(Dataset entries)
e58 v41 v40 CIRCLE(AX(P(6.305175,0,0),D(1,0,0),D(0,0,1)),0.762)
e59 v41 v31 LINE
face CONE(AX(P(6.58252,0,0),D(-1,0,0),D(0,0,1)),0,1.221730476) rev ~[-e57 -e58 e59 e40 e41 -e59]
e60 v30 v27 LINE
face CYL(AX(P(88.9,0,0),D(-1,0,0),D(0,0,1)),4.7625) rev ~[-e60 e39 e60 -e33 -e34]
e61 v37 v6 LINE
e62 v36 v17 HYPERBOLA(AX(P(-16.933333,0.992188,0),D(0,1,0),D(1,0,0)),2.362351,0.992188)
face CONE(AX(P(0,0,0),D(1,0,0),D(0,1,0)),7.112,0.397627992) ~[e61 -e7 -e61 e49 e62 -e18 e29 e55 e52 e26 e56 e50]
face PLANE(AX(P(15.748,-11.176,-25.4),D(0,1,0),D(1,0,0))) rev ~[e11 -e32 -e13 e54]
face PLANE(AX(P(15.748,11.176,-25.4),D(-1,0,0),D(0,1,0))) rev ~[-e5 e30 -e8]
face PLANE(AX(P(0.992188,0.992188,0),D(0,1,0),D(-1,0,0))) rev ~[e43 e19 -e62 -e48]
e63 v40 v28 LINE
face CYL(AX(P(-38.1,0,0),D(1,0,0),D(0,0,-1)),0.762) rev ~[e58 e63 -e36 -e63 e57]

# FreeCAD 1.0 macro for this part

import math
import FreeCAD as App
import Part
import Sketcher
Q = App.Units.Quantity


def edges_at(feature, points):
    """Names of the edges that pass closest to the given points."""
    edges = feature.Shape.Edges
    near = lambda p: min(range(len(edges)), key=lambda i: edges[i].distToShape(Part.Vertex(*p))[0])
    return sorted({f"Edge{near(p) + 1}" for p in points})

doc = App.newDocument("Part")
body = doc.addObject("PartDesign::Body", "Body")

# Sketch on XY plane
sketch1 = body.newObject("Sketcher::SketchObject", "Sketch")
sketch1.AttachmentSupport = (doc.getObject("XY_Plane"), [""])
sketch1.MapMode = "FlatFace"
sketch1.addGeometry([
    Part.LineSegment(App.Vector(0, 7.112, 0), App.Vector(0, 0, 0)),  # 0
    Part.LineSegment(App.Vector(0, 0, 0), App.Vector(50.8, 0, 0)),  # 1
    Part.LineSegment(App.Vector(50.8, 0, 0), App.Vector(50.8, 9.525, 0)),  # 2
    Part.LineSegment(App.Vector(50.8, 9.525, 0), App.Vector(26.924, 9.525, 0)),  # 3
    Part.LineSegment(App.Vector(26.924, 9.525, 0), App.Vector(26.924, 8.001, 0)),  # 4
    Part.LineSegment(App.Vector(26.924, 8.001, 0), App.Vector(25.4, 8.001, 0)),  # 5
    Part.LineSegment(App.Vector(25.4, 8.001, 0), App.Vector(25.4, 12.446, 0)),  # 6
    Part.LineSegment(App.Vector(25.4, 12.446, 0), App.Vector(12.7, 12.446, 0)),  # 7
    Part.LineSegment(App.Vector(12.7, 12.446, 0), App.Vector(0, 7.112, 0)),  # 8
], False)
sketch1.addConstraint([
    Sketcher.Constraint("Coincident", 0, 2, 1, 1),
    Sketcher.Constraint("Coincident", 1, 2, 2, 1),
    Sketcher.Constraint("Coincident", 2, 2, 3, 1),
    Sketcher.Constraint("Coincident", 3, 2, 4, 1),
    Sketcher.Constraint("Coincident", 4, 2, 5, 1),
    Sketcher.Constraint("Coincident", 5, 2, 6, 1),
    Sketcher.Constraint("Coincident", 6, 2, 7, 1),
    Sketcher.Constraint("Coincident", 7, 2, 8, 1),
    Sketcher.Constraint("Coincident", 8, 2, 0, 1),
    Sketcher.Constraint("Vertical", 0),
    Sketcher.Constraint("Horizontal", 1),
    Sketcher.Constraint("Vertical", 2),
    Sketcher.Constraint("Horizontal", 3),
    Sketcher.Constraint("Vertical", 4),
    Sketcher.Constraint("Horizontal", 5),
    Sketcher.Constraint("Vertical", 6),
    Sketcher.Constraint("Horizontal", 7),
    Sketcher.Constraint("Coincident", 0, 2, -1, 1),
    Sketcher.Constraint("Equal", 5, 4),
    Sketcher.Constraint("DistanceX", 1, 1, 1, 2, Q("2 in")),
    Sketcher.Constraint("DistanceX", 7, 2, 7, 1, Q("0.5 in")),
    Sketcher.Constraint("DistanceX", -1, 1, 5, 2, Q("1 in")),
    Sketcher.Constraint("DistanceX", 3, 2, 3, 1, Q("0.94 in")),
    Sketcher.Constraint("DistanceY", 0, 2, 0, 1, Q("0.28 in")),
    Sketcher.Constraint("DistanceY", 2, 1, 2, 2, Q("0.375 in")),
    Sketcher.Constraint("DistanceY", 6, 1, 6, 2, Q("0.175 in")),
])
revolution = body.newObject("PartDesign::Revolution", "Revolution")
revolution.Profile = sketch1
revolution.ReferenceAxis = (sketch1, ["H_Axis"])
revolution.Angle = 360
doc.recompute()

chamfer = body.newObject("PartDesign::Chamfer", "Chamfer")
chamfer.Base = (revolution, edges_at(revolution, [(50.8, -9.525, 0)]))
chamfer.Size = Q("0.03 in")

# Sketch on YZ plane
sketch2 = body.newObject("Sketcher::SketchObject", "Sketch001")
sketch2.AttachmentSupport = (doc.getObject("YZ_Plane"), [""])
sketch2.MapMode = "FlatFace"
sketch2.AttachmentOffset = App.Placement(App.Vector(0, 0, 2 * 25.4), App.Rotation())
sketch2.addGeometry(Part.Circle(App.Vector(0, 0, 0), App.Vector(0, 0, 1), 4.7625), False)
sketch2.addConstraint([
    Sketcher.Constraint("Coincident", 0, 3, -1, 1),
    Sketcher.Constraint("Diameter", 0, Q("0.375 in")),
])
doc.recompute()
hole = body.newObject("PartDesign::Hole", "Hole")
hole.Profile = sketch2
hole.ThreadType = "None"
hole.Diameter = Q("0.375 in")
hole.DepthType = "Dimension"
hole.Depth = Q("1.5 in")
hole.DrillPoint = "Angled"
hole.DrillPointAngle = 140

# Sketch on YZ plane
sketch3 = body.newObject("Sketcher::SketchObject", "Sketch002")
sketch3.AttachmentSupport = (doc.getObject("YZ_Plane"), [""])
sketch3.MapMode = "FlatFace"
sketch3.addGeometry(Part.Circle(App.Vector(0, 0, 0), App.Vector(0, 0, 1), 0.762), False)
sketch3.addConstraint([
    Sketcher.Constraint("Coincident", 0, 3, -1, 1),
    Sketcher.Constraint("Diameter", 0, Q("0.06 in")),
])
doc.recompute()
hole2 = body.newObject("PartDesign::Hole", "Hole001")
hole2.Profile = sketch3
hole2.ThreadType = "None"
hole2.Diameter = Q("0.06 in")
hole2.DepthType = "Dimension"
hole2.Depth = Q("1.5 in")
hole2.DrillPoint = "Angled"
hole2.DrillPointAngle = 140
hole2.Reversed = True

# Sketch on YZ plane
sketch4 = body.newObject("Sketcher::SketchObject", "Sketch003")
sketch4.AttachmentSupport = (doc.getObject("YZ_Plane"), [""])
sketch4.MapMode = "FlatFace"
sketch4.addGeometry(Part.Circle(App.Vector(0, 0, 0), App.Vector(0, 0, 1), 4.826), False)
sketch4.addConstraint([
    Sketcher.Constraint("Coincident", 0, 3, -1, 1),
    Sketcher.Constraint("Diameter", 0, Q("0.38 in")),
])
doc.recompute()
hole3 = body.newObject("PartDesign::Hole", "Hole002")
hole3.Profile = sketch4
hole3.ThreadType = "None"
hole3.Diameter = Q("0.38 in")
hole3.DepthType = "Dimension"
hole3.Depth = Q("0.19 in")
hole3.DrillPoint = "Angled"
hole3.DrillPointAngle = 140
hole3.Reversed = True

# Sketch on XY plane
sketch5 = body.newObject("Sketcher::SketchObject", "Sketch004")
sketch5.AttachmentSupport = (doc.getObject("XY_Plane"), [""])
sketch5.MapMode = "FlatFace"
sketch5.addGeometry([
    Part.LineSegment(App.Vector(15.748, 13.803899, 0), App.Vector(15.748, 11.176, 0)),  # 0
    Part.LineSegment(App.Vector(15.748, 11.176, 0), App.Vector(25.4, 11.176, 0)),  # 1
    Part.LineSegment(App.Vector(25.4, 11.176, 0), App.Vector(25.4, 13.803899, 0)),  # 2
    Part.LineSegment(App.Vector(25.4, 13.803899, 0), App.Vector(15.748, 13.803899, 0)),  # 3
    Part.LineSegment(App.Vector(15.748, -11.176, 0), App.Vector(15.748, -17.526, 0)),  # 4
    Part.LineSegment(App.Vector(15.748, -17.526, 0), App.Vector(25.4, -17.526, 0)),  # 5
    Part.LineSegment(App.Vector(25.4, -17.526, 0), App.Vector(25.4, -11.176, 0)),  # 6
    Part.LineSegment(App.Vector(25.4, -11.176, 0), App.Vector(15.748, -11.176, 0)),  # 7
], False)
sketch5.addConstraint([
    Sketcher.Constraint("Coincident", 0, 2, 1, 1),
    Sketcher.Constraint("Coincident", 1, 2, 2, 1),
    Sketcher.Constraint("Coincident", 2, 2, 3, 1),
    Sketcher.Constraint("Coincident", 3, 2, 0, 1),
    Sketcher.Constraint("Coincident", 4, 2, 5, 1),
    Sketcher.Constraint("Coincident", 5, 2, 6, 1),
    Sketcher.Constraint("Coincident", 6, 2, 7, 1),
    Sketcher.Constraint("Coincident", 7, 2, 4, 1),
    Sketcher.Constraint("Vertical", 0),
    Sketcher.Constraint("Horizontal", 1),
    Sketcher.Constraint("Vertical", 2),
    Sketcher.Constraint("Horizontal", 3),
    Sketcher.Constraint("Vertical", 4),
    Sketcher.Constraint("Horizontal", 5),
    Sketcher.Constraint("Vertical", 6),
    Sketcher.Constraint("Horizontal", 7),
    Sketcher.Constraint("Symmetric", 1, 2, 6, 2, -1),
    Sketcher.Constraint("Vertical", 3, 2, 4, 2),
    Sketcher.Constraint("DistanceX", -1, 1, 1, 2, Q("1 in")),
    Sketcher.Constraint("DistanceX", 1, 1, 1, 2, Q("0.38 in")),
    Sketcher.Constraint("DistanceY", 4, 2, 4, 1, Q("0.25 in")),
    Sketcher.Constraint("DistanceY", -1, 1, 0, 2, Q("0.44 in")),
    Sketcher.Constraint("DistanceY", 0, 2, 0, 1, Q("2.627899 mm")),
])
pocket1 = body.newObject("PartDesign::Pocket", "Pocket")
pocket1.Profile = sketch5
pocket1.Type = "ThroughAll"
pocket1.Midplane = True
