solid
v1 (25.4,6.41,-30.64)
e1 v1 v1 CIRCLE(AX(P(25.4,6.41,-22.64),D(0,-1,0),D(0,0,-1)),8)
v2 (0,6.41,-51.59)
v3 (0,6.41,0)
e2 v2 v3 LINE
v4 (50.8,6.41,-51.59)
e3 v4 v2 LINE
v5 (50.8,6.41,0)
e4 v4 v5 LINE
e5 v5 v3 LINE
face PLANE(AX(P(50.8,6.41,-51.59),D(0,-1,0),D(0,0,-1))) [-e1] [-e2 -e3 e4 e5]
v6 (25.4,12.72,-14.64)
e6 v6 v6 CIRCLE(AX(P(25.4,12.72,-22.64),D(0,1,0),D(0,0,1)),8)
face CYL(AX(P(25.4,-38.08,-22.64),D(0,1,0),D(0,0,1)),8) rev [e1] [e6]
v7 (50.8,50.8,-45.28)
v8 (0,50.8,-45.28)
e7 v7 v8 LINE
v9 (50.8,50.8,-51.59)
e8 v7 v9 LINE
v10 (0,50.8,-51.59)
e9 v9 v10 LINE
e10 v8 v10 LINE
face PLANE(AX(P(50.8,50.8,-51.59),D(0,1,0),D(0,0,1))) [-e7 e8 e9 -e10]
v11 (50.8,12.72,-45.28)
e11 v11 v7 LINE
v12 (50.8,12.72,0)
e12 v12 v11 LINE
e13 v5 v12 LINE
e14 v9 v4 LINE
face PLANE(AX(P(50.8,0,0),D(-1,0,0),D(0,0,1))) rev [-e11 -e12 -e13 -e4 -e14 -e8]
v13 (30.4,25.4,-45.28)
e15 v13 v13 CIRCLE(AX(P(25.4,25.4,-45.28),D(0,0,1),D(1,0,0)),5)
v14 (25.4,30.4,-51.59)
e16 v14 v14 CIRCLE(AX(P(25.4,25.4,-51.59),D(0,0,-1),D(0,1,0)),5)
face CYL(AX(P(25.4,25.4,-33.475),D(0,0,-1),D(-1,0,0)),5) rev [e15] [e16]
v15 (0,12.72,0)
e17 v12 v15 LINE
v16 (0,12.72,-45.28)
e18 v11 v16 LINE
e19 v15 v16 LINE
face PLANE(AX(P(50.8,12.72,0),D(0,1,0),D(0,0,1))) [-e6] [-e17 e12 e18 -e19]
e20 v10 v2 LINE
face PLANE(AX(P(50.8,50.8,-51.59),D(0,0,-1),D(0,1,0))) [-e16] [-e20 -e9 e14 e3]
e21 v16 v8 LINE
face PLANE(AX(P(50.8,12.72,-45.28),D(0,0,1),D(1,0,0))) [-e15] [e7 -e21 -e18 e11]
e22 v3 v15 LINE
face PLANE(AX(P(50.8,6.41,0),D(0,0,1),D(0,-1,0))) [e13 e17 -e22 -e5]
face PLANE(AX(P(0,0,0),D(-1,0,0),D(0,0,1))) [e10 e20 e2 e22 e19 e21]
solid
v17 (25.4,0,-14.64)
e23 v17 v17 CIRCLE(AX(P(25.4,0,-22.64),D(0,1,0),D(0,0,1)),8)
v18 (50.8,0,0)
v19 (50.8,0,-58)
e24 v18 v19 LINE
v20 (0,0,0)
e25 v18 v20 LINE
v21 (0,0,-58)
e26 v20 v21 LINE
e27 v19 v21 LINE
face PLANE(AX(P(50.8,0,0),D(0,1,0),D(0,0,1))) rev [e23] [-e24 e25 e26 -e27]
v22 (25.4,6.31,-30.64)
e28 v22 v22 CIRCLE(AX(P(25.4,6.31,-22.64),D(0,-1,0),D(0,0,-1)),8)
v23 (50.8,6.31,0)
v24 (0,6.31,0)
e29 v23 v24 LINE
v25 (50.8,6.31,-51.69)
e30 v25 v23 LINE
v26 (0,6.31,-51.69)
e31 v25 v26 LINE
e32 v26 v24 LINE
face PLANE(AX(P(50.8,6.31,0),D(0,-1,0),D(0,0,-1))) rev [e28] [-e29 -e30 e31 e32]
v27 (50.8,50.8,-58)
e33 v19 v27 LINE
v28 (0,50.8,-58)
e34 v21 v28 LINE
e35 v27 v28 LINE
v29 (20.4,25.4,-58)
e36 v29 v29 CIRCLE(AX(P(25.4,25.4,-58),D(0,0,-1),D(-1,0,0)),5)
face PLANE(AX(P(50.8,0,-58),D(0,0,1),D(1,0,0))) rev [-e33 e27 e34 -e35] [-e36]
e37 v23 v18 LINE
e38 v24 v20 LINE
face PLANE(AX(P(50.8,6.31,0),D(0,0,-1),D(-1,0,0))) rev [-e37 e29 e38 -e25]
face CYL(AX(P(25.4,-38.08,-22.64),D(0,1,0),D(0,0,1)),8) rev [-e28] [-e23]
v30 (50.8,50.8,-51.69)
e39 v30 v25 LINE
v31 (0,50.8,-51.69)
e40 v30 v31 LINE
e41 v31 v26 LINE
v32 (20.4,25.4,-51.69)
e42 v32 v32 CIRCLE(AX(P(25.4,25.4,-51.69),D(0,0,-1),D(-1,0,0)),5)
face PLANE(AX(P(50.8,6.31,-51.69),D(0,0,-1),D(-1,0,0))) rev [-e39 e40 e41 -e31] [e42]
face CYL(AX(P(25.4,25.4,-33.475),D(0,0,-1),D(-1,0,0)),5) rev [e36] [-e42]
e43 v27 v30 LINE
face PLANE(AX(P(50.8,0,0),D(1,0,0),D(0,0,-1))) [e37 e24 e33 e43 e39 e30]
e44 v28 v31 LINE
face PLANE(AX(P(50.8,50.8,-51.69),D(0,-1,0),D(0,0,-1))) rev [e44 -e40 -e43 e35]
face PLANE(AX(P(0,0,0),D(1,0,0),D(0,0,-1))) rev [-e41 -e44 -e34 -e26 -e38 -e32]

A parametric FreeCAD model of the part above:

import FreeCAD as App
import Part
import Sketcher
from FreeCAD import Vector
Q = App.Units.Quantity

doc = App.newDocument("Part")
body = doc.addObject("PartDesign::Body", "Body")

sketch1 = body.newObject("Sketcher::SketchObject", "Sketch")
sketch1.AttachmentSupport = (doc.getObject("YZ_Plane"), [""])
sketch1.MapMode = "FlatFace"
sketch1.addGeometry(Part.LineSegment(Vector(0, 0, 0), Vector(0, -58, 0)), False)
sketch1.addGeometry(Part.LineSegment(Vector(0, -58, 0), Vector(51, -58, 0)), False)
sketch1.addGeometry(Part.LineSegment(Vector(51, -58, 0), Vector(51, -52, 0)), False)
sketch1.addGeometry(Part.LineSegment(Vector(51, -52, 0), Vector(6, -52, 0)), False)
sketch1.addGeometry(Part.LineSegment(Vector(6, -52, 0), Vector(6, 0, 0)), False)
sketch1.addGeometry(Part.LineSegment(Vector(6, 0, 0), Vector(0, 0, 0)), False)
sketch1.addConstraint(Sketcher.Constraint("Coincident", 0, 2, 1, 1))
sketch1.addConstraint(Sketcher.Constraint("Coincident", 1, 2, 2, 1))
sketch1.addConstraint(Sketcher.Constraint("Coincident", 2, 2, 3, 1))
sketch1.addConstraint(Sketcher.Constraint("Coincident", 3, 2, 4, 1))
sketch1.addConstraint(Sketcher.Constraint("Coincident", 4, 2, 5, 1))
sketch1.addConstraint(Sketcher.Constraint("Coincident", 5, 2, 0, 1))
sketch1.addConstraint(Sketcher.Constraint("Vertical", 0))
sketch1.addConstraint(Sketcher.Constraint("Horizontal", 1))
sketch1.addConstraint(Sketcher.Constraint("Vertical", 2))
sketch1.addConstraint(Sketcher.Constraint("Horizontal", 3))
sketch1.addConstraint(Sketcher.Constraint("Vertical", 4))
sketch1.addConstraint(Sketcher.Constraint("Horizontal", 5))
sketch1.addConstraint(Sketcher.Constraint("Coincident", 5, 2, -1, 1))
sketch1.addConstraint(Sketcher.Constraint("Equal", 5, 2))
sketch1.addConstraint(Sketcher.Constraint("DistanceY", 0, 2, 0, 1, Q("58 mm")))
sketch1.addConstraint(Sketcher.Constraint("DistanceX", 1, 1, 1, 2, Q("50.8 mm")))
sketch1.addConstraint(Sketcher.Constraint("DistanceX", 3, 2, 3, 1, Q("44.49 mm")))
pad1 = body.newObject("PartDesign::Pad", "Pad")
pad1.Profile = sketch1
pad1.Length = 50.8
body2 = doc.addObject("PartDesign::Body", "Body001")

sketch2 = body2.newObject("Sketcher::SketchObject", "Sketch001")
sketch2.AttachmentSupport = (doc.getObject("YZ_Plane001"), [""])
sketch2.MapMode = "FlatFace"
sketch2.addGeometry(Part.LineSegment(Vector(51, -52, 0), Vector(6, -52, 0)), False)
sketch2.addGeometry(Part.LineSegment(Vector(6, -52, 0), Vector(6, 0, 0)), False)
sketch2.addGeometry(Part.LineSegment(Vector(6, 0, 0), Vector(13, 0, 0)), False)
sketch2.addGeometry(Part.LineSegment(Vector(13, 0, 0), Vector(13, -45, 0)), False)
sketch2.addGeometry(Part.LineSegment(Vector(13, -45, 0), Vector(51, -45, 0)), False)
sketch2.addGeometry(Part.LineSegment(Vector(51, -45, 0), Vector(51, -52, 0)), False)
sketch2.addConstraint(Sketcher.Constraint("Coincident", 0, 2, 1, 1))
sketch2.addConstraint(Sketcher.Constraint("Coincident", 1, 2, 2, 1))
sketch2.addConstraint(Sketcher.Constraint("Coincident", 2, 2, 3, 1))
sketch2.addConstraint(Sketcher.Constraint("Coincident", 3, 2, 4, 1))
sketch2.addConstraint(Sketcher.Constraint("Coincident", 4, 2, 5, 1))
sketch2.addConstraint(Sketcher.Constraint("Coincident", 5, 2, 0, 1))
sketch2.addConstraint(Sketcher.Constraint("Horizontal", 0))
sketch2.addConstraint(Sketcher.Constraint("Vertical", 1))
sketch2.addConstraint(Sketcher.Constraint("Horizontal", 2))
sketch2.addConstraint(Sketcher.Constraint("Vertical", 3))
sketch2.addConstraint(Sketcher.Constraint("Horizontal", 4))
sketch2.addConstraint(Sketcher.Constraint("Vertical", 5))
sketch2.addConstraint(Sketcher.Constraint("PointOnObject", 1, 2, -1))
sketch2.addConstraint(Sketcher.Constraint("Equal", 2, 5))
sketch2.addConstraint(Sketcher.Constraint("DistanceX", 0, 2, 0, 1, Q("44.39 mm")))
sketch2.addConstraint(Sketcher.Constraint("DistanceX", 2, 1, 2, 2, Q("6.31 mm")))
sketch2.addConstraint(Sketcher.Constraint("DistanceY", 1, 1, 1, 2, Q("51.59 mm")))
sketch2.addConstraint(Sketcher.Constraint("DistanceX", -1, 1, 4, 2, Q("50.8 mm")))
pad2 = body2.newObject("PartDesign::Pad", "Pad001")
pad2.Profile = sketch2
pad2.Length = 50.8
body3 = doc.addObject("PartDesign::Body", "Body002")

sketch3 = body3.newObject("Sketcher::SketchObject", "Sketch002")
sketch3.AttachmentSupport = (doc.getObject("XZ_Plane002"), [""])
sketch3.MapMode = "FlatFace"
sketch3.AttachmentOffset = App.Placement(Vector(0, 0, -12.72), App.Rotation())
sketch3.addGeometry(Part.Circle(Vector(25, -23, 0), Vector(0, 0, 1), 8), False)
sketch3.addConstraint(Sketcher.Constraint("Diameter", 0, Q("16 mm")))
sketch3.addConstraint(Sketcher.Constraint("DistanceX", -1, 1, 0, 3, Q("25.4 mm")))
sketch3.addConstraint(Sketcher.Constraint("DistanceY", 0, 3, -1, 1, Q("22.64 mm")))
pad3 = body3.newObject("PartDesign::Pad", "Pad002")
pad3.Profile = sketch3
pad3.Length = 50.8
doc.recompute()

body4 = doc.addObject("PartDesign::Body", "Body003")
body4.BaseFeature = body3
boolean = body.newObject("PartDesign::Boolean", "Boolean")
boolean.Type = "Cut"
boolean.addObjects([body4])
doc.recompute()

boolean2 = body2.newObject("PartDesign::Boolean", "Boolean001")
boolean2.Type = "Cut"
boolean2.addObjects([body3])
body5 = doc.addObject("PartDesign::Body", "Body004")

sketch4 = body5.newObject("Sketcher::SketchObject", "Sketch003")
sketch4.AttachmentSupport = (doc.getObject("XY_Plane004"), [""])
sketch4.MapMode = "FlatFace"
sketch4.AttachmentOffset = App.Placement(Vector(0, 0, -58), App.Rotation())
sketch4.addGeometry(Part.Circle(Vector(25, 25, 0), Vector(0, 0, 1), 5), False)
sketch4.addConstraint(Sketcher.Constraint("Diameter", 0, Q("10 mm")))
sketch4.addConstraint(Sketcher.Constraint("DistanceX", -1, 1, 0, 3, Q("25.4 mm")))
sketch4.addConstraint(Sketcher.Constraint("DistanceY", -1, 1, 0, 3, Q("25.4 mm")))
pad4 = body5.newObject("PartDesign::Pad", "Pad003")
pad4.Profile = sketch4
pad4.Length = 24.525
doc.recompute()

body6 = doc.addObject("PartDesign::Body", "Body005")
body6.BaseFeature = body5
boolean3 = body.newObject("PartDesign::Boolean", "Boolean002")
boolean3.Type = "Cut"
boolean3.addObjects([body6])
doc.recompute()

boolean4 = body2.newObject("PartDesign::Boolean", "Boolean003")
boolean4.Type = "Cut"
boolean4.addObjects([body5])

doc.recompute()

[TASK INSTRUCTIONS] Return exactly, and only, the lines above starting at the line that contains "face PLANE(AX(P(50.8,0,0),D(1,0,0),D(0,0,-1))) [e37" and ending at the line that contains "A parametric FreeCAD".

[ANSWER BELOW]
face PLANE(AX(P(50.8,0,0),D(1,0,0),D(0,0,-1))) [e37 e24 e33 e43 e39 e30]
e44 v28 v31 LINE
face PLANE(AX(P(50.8,50.8,-51.69),D(0,-1,0),D(0,0,-1))) rev [e44 -e40 -e43 e35]
face PLANE(AX(P(0,0,0),D(1,0,0),D(0,0,-1))) rev [-e41 -e44 -e34 -e26 -e38 -e32]

A parametric FreeCAD model of the part above:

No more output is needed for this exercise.